[Opening Given data section]

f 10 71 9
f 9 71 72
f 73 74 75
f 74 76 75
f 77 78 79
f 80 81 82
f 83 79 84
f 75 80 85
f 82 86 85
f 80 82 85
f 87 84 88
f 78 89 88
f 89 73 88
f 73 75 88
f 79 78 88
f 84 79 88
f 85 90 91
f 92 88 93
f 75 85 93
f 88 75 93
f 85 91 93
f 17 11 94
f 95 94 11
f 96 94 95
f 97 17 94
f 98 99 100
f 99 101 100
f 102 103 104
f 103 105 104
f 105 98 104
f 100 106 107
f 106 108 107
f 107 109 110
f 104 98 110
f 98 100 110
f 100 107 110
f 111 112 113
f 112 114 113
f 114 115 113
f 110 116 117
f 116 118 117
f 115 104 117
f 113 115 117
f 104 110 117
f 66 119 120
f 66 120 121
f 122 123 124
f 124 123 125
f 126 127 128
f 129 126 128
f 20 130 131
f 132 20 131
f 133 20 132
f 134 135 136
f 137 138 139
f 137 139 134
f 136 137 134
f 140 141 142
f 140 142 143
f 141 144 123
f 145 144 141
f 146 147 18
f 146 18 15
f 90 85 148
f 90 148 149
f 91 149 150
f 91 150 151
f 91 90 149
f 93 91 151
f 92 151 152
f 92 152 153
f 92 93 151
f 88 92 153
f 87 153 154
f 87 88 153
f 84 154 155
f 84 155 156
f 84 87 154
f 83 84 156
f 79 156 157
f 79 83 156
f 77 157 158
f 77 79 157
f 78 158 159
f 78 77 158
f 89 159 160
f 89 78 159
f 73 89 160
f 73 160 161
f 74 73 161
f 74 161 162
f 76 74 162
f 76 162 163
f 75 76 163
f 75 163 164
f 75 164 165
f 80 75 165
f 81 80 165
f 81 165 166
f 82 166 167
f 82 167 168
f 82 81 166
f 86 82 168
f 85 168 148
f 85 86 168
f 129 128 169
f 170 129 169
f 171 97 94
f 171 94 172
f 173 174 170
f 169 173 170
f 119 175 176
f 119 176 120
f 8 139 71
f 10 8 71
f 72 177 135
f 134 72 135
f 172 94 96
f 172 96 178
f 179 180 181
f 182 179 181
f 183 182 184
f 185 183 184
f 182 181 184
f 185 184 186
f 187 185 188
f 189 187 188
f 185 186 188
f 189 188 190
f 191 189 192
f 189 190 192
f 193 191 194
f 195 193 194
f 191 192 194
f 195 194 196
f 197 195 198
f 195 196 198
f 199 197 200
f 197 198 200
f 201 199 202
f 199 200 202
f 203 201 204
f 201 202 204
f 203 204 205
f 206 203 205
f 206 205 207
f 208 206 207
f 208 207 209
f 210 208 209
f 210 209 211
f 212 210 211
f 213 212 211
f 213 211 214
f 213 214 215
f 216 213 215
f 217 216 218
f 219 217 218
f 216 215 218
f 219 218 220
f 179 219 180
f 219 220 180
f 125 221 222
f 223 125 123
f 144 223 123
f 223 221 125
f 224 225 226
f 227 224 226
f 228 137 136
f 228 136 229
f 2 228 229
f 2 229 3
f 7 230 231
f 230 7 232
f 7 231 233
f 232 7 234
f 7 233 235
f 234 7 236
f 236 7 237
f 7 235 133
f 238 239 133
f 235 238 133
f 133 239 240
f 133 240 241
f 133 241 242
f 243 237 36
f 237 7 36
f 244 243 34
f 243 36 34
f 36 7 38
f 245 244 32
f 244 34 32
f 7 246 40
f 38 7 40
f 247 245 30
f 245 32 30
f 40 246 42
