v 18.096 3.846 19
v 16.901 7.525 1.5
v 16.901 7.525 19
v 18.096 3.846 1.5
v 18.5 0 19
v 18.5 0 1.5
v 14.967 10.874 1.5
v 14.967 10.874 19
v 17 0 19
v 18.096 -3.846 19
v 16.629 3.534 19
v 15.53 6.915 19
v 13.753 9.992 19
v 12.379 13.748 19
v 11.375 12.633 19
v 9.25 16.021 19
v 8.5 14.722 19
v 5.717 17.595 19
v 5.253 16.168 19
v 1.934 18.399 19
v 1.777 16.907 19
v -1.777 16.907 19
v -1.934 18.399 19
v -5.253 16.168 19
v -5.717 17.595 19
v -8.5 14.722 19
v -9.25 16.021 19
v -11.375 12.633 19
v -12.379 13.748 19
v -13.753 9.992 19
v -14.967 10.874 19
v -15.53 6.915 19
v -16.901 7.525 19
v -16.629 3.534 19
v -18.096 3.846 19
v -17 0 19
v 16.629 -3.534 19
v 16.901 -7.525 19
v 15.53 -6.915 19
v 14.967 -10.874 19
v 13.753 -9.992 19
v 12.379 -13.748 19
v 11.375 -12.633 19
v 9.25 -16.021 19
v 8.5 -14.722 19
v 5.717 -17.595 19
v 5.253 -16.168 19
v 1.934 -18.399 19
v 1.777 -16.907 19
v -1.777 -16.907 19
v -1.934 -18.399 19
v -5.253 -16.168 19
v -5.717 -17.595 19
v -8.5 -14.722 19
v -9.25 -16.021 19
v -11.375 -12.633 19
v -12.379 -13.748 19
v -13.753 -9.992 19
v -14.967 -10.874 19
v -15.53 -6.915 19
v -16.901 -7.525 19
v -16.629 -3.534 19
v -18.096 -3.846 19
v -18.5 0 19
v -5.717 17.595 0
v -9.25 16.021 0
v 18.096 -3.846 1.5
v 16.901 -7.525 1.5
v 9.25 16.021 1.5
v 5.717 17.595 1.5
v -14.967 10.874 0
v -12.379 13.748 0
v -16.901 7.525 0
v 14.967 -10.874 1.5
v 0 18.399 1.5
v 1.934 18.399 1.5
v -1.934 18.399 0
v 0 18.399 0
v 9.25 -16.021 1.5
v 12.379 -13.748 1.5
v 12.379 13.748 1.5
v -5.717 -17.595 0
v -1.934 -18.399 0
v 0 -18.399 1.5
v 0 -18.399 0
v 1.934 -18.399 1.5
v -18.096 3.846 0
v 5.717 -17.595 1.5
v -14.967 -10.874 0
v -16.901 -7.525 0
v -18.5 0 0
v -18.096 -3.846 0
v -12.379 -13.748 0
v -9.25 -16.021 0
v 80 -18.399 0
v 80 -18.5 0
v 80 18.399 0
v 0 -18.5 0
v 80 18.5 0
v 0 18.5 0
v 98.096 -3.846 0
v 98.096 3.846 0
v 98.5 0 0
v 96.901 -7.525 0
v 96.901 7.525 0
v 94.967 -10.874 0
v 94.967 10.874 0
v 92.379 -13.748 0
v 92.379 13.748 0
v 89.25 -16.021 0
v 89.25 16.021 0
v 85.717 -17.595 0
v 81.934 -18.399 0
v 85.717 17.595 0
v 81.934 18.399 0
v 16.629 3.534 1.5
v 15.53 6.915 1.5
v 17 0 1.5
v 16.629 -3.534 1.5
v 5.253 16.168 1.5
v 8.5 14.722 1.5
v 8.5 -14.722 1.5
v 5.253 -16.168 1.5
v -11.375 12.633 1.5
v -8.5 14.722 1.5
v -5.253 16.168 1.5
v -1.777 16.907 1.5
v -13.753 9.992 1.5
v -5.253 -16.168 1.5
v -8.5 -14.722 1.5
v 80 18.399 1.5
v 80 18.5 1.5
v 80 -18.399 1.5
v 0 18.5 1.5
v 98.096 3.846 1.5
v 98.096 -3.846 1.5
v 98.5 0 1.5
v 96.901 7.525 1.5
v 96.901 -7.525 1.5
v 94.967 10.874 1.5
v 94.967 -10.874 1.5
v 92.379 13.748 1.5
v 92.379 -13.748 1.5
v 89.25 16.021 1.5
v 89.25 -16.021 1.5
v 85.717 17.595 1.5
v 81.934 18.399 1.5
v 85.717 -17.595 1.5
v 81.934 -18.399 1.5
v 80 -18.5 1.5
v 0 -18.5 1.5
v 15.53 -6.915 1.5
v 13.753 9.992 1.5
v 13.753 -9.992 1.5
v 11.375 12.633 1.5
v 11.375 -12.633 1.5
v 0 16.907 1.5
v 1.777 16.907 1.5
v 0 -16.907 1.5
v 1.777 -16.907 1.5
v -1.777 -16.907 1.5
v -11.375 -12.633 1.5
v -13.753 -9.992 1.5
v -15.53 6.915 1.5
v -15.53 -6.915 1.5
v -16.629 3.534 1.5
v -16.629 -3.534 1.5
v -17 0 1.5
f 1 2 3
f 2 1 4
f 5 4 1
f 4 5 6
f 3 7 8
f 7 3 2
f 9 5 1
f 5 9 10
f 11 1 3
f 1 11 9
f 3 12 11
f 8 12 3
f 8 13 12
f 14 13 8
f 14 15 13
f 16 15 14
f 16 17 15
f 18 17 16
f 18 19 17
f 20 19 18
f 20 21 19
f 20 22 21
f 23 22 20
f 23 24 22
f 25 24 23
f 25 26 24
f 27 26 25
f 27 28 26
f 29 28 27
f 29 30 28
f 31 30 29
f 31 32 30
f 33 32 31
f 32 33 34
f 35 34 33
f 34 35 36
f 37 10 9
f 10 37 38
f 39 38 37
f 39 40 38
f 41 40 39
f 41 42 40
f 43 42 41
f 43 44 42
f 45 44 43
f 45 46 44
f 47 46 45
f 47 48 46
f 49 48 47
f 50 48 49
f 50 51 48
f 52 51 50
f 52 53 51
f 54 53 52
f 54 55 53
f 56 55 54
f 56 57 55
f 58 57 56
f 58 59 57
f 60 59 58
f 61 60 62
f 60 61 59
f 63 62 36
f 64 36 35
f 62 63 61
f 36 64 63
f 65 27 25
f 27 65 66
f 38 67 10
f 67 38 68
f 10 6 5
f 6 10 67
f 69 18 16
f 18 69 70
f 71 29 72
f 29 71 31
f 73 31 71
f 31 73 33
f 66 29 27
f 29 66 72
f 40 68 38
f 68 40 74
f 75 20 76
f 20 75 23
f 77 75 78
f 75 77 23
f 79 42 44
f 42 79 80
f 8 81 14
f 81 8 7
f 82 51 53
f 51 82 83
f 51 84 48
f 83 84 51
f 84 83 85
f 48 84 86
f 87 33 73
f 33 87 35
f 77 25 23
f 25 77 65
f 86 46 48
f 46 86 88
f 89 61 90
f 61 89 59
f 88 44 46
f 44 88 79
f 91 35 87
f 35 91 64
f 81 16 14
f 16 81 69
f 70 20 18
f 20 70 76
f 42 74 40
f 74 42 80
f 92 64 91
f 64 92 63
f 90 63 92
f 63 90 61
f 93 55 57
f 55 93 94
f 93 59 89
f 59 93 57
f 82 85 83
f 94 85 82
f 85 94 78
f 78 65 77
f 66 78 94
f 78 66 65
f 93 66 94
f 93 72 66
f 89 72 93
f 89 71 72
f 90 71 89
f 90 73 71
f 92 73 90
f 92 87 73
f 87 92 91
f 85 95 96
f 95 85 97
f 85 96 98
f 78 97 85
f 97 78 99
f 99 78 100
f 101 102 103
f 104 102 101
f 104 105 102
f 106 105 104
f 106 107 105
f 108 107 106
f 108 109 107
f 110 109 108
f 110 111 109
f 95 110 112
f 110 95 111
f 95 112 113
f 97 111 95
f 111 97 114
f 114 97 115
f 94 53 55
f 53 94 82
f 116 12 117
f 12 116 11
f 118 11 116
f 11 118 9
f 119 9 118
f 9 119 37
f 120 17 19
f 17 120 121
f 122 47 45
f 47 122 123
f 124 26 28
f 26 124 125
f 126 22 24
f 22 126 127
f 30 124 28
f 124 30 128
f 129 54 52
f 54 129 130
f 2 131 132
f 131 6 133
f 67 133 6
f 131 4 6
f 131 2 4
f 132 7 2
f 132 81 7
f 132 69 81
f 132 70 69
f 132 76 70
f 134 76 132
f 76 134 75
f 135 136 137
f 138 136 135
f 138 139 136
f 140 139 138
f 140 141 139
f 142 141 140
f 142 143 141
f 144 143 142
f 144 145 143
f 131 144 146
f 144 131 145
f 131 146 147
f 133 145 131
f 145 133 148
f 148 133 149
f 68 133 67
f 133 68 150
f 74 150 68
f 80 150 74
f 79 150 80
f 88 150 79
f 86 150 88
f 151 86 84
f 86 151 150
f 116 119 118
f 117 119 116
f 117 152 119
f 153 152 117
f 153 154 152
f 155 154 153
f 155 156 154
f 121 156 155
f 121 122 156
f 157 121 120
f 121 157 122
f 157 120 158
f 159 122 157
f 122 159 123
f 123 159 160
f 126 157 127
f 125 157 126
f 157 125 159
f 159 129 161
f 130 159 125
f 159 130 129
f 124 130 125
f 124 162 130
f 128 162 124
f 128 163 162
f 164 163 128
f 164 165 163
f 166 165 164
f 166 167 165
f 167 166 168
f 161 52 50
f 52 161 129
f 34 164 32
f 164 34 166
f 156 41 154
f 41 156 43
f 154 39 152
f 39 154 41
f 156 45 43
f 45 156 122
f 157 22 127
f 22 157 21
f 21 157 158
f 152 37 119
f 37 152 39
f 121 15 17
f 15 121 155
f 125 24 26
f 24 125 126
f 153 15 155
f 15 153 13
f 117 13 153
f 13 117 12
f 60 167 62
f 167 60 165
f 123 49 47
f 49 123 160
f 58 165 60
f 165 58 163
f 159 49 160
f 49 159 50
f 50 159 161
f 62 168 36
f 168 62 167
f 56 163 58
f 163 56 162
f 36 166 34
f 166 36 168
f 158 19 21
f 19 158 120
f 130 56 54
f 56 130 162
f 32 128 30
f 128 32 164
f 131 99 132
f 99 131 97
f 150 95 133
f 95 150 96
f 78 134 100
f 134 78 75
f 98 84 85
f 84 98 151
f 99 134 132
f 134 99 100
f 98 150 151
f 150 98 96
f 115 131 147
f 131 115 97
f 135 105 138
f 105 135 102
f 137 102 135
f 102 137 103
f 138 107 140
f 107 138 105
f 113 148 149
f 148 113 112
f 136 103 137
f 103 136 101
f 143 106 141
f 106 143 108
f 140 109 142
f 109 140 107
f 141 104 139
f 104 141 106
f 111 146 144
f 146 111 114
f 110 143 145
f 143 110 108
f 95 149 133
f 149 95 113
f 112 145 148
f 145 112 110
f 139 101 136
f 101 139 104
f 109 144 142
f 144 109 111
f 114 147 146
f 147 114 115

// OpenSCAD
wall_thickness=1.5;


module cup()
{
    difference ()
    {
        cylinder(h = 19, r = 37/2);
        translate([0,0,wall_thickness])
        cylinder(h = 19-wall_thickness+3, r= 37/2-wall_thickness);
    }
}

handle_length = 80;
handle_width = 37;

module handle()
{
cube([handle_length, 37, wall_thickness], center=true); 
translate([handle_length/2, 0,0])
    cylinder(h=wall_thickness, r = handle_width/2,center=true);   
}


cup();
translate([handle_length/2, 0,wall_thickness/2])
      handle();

[Closing Given data section]
[Opening Given data section]

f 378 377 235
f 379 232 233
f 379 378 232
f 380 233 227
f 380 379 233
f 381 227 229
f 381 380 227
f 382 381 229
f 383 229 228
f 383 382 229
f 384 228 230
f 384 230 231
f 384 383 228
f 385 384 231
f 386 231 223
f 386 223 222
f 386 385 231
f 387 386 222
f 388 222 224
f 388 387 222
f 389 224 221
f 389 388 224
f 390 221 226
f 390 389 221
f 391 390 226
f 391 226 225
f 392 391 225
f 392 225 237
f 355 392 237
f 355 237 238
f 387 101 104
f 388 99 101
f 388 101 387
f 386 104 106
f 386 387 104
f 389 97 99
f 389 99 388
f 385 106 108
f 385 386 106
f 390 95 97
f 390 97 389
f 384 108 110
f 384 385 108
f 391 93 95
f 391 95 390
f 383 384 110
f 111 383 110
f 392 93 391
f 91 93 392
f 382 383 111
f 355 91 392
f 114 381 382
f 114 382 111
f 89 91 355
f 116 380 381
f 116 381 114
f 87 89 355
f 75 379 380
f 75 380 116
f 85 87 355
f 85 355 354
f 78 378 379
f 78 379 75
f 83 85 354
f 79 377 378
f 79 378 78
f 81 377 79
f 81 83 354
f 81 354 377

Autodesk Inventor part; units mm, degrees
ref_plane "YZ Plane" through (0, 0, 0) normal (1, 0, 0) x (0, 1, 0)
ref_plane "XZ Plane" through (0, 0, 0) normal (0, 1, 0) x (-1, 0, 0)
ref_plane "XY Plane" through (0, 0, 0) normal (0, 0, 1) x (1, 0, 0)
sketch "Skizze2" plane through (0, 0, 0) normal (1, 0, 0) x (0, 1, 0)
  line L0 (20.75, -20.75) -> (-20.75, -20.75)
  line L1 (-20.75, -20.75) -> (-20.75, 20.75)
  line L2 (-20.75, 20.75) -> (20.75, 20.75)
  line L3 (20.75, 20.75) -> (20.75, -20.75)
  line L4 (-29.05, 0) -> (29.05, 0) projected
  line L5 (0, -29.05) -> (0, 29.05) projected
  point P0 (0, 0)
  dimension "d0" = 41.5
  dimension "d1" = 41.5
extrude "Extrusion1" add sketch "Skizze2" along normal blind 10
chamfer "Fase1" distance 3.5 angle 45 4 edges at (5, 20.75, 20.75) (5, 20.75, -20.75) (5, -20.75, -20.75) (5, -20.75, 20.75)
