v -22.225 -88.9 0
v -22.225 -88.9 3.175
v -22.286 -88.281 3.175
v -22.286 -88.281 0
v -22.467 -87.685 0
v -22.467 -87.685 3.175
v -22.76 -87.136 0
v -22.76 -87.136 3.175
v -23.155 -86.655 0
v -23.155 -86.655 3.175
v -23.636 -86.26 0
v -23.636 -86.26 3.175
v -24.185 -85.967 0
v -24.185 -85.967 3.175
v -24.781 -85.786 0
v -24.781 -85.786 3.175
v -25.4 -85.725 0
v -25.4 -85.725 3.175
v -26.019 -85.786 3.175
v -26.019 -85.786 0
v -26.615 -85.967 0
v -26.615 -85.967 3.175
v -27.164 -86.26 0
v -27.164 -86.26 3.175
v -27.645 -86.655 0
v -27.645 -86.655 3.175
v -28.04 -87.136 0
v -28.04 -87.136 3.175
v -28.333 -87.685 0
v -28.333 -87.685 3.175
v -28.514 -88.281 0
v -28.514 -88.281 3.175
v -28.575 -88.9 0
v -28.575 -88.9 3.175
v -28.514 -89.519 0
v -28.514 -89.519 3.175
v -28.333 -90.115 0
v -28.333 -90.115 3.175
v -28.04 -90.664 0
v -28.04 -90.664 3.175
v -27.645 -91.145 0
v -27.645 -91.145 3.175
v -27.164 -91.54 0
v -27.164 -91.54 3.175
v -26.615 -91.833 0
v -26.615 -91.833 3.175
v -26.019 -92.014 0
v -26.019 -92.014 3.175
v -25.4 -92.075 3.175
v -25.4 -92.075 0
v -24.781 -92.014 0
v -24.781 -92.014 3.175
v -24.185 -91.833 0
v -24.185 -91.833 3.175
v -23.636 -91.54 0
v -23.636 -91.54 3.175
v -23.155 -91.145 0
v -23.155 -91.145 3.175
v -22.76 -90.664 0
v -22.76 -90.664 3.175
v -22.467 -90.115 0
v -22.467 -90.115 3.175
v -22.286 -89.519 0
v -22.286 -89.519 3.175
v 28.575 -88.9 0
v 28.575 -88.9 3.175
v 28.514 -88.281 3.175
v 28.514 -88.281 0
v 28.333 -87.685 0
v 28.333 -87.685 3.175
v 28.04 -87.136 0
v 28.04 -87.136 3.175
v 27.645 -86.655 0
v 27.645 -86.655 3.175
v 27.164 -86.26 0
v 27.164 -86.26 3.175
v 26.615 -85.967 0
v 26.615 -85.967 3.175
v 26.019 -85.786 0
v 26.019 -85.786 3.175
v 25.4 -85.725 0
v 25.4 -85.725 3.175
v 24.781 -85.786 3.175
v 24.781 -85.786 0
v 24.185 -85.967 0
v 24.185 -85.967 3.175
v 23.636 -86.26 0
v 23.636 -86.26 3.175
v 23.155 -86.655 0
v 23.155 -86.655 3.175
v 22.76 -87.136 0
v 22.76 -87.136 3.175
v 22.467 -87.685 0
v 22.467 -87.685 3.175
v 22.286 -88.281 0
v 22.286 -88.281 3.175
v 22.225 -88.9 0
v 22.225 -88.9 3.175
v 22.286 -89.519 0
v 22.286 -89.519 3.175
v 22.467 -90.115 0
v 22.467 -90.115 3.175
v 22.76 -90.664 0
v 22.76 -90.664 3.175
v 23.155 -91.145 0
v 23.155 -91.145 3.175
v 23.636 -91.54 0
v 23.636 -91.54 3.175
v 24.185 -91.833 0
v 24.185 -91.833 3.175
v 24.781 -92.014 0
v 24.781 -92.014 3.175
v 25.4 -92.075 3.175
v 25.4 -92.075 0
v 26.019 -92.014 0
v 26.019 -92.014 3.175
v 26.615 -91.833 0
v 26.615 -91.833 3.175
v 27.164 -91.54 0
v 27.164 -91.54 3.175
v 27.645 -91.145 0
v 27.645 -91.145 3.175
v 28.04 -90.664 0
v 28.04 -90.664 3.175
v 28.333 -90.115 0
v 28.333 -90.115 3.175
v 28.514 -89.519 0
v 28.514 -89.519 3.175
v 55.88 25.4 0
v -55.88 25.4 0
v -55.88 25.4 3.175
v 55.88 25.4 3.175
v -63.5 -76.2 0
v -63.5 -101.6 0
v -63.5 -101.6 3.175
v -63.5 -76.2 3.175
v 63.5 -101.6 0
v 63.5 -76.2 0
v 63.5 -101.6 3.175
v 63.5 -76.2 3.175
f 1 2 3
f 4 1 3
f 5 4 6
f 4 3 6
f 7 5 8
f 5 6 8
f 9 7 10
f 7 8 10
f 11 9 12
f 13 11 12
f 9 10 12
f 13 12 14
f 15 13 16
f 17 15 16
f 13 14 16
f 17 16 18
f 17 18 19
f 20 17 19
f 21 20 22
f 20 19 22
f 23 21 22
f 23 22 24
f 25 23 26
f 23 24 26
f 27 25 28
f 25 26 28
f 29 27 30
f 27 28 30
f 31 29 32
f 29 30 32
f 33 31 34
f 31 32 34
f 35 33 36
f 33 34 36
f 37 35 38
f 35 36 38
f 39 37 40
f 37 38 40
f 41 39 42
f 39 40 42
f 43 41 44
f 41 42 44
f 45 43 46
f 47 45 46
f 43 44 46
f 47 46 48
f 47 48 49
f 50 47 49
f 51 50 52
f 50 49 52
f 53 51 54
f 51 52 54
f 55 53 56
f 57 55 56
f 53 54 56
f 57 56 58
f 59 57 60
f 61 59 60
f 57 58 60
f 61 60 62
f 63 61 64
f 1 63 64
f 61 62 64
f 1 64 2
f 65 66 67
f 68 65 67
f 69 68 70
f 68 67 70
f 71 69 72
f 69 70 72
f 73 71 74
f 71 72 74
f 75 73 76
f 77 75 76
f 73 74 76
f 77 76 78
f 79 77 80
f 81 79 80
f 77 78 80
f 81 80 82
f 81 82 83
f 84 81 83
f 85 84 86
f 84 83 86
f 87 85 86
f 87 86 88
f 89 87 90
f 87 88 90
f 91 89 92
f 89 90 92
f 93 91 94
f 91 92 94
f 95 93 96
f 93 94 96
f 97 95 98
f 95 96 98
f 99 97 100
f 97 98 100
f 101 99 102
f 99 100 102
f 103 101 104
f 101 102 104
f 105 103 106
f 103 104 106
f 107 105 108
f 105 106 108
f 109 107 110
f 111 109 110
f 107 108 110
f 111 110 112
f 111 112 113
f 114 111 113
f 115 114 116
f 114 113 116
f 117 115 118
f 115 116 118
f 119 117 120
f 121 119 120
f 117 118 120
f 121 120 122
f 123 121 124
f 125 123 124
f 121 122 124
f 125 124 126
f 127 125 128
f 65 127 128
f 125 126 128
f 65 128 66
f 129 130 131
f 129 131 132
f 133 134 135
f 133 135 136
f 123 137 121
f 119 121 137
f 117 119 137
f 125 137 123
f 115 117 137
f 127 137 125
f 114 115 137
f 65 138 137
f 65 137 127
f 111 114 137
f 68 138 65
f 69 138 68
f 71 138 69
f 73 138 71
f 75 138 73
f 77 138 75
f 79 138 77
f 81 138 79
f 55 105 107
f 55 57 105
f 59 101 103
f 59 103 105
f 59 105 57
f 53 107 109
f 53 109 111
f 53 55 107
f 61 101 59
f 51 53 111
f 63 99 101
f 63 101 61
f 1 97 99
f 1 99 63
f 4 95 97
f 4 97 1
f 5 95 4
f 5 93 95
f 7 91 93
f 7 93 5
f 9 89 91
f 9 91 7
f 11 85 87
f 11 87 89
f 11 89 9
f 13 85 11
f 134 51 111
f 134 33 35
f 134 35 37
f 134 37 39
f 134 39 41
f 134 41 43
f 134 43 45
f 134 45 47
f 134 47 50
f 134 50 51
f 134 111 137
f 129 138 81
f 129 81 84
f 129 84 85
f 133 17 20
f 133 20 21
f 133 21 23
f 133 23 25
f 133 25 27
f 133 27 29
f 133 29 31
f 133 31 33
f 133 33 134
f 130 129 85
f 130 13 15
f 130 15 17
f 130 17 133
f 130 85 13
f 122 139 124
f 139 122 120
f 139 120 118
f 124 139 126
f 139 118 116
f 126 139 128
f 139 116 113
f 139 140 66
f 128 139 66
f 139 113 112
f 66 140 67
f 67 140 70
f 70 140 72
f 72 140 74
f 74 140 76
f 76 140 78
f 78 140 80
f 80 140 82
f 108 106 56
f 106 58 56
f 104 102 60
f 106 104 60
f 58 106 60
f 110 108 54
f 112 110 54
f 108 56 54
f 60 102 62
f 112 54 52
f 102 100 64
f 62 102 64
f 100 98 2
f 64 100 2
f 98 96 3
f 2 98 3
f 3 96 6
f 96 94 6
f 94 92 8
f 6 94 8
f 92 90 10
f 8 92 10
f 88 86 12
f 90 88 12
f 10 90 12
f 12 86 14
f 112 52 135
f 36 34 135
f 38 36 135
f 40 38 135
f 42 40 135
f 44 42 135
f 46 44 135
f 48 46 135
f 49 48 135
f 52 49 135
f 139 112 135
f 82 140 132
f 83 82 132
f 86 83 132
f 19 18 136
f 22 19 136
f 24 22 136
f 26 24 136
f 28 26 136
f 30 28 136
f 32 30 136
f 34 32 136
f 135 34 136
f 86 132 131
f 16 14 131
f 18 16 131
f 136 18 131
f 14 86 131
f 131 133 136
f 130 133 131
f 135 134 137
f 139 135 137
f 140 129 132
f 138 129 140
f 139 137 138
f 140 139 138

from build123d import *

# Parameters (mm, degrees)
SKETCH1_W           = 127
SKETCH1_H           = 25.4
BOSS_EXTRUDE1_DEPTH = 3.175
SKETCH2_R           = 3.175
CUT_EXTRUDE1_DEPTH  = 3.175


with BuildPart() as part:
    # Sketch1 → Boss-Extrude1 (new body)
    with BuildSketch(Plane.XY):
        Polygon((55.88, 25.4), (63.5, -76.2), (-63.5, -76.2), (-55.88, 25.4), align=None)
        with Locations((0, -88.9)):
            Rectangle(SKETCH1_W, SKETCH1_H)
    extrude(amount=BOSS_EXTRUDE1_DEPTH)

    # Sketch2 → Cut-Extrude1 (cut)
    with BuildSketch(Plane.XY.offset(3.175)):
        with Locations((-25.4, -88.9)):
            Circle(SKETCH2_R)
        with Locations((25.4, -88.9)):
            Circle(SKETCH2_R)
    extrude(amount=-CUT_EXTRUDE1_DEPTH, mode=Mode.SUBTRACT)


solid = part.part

[Closing Given data section]

*Work instruction:* The expected answer is a copy of each line in the listing above that contains "projected".

*Exercise output:*
  line L4 (-29.05, 0) -> (29.05, 0) projected
  line L5 (0, -29.05) -> (0, 29.05) projected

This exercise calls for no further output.